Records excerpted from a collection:
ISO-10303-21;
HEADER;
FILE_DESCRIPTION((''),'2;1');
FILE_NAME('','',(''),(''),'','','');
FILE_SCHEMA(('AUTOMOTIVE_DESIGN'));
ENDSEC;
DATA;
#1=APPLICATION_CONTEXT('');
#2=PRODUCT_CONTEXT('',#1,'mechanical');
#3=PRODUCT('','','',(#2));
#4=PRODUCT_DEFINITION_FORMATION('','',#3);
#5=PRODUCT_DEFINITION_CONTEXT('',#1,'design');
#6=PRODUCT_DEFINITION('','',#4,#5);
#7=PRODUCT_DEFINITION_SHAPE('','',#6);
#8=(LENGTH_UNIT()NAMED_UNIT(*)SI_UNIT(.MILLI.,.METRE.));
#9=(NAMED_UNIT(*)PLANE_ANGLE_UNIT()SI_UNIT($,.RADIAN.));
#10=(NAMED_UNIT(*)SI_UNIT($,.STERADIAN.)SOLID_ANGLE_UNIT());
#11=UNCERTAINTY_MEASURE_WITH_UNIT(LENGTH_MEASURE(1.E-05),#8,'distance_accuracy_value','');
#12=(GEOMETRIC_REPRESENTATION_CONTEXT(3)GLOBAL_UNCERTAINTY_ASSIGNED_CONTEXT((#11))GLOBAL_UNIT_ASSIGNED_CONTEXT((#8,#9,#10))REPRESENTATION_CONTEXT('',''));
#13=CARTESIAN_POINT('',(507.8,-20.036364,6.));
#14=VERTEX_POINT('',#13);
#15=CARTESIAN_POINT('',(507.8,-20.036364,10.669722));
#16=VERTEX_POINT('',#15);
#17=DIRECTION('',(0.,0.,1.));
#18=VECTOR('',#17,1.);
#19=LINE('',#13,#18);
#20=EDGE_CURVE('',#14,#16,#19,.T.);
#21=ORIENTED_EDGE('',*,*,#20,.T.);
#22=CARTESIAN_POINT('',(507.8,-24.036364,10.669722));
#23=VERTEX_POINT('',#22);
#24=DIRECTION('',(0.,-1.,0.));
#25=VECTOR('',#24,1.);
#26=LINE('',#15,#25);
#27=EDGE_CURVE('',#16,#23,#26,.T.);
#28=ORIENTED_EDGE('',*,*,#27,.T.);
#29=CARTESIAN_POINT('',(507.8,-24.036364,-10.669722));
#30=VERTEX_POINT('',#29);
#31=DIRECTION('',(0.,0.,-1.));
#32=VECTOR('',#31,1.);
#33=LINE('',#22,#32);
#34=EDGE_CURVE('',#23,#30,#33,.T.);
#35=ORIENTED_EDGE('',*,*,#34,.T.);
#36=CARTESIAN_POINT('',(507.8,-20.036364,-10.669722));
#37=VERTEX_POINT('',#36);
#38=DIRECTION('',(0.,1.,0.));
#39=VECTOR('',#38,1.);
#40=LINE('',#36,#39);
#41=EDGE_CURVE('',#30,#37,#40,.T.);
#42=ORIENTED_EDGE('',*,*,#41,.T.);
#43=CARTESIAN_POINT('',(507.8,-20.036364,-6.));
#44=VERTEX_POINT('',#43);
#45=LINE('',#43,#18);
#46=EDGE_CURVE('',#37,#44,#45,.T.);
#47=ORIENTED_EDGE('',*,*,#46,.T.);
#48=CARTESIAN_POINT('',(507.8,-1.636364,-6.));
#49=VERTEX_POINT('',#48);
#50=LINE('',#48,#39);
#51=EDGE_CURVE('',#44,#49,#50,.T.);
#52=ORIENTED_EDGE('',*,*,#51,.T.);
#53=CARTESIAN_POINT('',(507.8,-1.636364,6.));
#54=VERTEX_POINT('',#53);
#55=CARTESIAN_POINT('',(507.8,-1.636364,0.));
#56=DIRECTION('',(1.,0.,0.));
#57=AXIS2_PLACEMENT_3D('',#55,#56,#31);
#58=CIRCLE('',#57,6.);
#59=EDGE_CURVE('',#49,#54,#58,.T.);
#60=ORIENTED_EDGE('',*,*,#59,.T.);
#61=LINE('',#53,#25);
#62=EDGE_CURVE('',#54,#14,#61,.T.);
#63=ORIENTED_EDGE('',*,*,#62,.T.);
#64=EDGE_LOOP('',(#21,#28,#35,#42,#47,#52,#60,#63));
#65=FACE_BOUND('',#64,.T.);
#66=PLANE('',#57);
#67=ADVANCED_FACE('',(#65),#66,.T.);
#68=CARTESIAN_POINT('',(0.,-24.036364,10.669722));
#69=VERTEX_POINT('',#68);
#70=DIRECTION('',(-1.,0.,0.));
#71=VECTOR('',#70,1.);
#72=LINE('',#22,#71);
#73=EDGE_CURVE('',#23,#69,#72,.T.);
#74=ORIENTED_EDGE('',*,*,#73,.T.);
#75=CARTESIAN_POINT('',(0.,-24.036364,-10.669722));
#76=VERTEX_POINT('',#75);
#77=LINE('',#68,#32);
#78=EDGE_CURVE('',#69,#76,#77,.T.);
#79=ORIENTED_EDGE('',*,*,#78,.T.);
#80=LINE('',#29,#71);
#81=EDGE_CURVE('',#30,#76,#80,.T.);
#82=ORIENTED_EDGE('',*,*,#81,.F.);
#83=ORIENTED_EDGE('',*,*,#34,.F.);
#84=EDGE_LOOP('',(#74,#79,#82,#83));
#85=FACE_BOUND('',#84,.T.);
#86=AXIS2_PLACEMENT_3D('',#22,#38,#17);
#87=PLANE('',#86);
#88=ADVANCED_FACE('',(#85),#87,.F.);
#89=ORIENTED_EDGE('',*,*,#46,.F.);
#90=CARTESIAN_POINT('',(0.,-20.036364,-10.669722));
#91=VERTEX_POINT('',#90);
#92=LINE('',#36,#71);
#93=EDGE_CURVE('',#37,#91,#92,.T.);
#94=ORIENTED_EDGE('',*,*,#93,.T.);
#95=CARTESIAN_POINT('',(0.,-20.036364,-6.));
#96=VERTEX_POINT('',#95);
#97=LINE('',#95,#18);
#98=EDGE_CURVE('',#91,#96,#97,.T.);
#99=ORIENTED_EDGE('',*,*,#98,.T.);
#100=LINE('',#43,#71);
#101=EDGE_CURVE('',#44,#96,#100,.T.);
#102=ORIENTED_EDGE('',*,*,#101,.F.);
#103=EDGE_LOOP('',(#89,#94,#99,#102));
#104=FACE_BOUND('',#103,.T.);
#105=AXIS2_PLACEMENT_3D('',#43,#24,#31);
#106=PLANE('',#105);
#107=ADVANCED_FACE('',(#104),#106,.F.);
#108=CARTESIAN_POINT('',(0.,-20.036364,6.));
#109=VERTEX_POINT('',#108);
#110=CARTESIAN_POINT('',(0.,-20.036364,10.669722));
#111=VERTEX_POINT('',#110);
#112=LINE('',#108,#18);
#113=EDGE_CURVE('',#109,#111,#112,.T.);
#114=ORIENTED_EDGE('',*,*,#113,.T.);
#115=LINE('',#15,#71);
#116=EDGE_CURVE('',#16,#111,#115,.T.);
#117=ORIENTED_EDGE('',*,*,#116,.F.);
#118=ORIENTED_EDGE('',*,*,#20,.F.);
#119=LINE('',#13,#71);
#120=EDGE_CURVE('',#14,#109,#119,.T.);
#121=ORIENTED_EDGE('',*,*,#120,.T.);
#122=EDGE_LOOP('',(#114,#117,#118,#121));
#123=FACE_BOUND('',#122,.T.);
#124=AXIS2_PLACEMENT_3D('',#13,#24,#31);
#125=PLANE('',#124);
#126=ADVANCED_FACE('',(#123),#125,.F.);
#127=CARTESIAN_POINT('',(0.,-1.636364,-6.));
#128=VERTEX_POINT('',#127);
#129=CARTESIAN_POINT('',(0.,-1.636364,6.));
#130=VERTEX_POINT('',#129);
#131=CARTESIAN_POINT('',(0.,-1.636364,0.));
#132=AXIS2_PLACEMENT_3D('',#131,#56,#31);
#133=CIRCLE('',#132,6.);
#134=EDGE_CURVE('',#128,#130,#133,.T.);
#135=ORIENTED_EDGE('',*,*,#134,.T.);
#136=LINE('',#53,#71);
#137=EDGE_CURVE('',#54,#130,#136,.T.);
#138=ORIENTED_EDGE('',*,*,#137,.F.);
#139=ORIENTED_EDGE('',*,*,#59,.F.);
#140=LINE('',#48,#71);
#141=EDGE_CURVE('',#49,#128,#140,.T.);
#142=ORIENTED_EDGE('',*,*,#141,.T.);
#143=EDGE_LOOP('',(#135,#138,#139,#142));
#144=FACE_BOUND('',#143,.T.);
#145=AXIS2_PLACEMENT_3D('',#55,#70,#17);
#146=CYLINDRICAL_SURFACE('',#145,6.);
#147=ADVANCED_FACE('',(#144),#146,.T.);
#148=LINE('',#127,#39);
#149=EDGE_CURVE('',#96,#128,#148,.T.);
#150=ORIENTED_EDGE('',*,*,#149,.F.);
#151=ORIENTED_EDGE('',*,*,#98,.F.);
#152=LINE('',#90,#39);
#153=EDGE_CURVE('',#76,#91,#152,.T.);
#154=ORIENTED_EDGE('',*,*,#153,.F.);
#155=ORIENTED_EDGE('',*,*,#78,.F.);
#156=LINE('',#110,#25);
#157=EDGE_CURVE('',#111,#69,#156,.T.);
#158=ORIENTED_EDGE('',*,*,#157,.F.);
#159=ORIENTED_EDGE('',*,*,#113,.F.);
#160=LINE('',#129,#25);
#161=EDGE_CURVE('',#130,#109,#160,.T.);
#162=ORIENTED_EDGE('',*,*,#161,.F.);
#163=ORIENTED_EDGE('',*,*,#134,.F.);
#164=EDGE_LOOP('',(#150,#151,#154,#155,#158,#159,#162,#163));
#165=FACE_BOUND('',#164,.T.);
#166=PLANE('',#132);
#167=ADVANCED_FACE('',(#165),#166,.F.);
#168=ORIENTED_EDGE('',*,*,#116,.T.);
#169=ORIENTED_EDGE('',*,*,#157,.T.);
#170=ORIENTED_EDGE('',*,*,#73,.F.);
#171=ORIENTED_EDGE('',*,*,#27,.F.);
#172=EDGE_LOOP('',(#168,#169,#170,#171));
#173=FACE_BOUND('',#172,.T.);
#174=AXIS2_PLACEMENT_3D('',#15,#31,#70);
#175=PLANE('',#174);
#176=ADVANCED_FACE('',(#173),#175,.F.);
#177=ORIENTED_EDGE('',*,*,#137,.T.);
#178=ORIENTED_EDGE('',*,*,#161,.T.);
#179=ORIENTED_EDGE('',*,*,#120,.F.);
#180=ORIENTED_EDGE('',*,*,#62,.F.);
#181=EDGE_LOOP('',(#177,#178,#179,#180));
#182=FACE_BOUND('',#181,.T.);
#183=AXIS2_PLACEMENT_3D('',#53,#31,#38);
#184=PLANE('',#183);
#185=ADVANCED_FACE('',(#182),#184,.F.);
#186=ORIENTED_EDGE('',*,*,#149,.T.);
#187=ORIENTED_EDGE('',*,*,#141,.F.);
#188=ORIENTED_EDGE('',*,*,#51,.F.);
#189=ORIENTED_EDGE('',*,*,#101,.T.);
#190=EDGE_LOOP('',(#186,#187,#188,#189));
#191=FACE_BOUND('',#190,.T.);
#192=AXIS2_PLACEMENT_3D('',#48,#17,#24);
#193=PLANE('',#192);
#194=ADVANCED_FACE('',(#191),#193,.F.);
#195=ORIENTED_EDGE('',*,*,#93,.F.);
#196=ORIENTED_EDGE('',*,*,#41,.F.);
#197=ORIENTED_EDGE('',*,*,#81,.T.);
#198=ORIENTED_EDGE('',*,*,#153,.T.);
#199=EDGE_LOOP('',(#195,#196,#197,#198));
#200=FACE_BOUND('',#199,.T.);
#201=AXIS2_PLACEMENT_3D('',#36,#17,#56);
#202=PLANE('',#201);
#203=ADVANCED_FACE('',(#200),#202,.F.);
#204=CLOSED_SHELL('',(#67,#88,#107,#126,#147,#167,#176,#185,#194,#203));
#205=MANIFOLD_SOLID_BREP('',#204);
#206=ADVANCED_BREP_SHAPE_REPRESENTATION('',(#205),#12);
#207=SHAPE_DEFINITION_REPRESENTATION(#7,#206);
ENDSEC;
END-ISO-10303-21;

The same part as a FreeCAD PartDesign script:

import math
import FreeCAD as App
import Part
import Sketcher
from FreeCAD import Vector
Q = App.Units.Quantity

doc = App.newDocument("Part")
body = doc.addObject("PartDesign::Body", "Body")

# Sketch on YZ plane
sketch1 = body.newObject("Sketcher::SketchObject", "Sketch")
sketch1.AttachmentSupport = (doc.getObject("YZ_Plane"), [""])
sketch1.MapMode = "FlatFace"
sketch1.addGeometry(Part.LineSegment(Vector(-20, -10.7, 0), Vector(-20, -6, 0)), False)
sketch1.addGeometry(Part.LineSegment(Vector(-20, -6, 0), Vector(-1.6, -6, 0)), False)
sketch1.addGeometry(Part.ArcOfCircle(Part.Circle(Vector(-1.6, 0, 0), Vector(0, 0, 1), 6), math.radians(-90), math.radians(90)), False)
sketch1.addGeometry(Part.LineSegment(Vector(-1.6, 6, 0), Vector(-20, 6, 0)), False)
sketch1.addGeometry(Part.LineSegment(Vector(-20, 6, 0), Vector(-20, 10.7, 0)), False)
sketch1.addGeometry(Part.LineSegment(Vector(-20, 10.7, 0), Vector(-24, 10.7, 0)), False)
sketch1.addGeometry(Part.LineSegment(Vector(-24, 10.7, 0), Vector(-24, -10.7, 0)), False)
sketch1.addGeometry(Part.LineSegment(Vector(-24, -10.7, 0), Vector(-20, -10.7, 0)), False)
sketch1.addConstraint(Sketcher.Constraint("Coincident", 0, 2, 1, 1))
sketch1.addConstraint(Sketcher.Constraint("Tangent", 1, 2, 2, 1))
sketch1.addConstraint(Sketcher.Constraint("Tangent", 2, 2, 3, 1))
sketch1.addConstraint(Sketcher.Constraint("Coincident", 3, 2, 4, 1))
sketch1.addConstraint(Sketcher.Constraint("Coincident", 4, 2, 5, 1))
sketch1.addConstraint(Sketcher.Constraint("Coincident", 5, 2, 6, 1))
sketch1.addConstraint(Sketcher.Constraint("Coincident", 6, 2, 7, 1))
sketch1.addConstraint(Sketcher.Constraint("Coincident", 7, 2, 0, 1))
sketch1.addConstraint(Sketcher.Constraint("Vertical", 0))
sketch1.addConstraint(Sketcher.Constraint("Horizontal", 1))
sketch1.addConstraint(Sketcher.Constraint("Horizontal", 3))
sketch1.addConstraint(Sketcher.Constraint("Vertical", 4))
sketch1.addConstraint(Sketcher.Constraint("Horizontal", 5))
sketch1.addConstraint(Sketcher.Constraint("Vertical", 6))
sketch1.addConstraint(Sketcher.Constraint("Horizontal", 7))
sketch1.addConstraint(Sketcher.Constraint("Symmetric", 0, 2, 3, 2, -1))
sketch1.addConstraint(Sketcher.Constraint("Equal", 0, 4))
sketch1.addConstraint(Sketcher.Constraint("Radius", 2, Q("6 mm")))
sketch1.addConstraint(Sketcher.Constraint("DistanceX", 5, 2, 5, 1, Q("4 mm")))
sketch1.addConstraint(Sketcher.Constraint("DistanceX", 1, 1, 1, 2, Q("18.4 mm")))
sketch1.addConstraint(Sketcher.Constraint("DistanceY", 0, 1, 0, 2, Q("4.669722 mm")))
sketch1.addConstraint(Sketcher.Constraint("DistanceX", 2, 3, -1, 1, Q("1.636364 mm")))
pad1 = body.newObject("PartDesign::Pad", "Pad")
pad1.Profile = sketch1
pad1.Length = 507.8

doc.recompute()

### WHAT IS BEING ASKED
Look above for the line with "#183=AXIS2_PLACEMENT_3D('',#53,#31,#38);" and the line with "#192=AXIS2_PLACEMENT_3D('',#48,#17,#24);", and reproduce exactly those two lines plus every line between, nothing more.

### ANSWER FOR THE TASK
#183=AXIS2_PLACEMENT_3D('',#53,#31,#38);
#184=PLANE('',#183);
#185=ADVANCED_FACE('',(#182),#184,.F.);
#186=ORIENTED_EDGE('',*,*,#149,.T.);
#187=ORIENTED_EDGE('',*,*,#141,.F.);
#188=ORIENTED_EDGE('',*,*,#51,.F.);
#189=ORIENTED_EDGE('',*,*,#101,.T.);
#190=EDGE_LOOP('',(#186,#187,#188,#189));
#191=FACE_BOUND('',#190,.T.);
#192=AXIS2_PLACEMENT_3D('',#48,#17,#24);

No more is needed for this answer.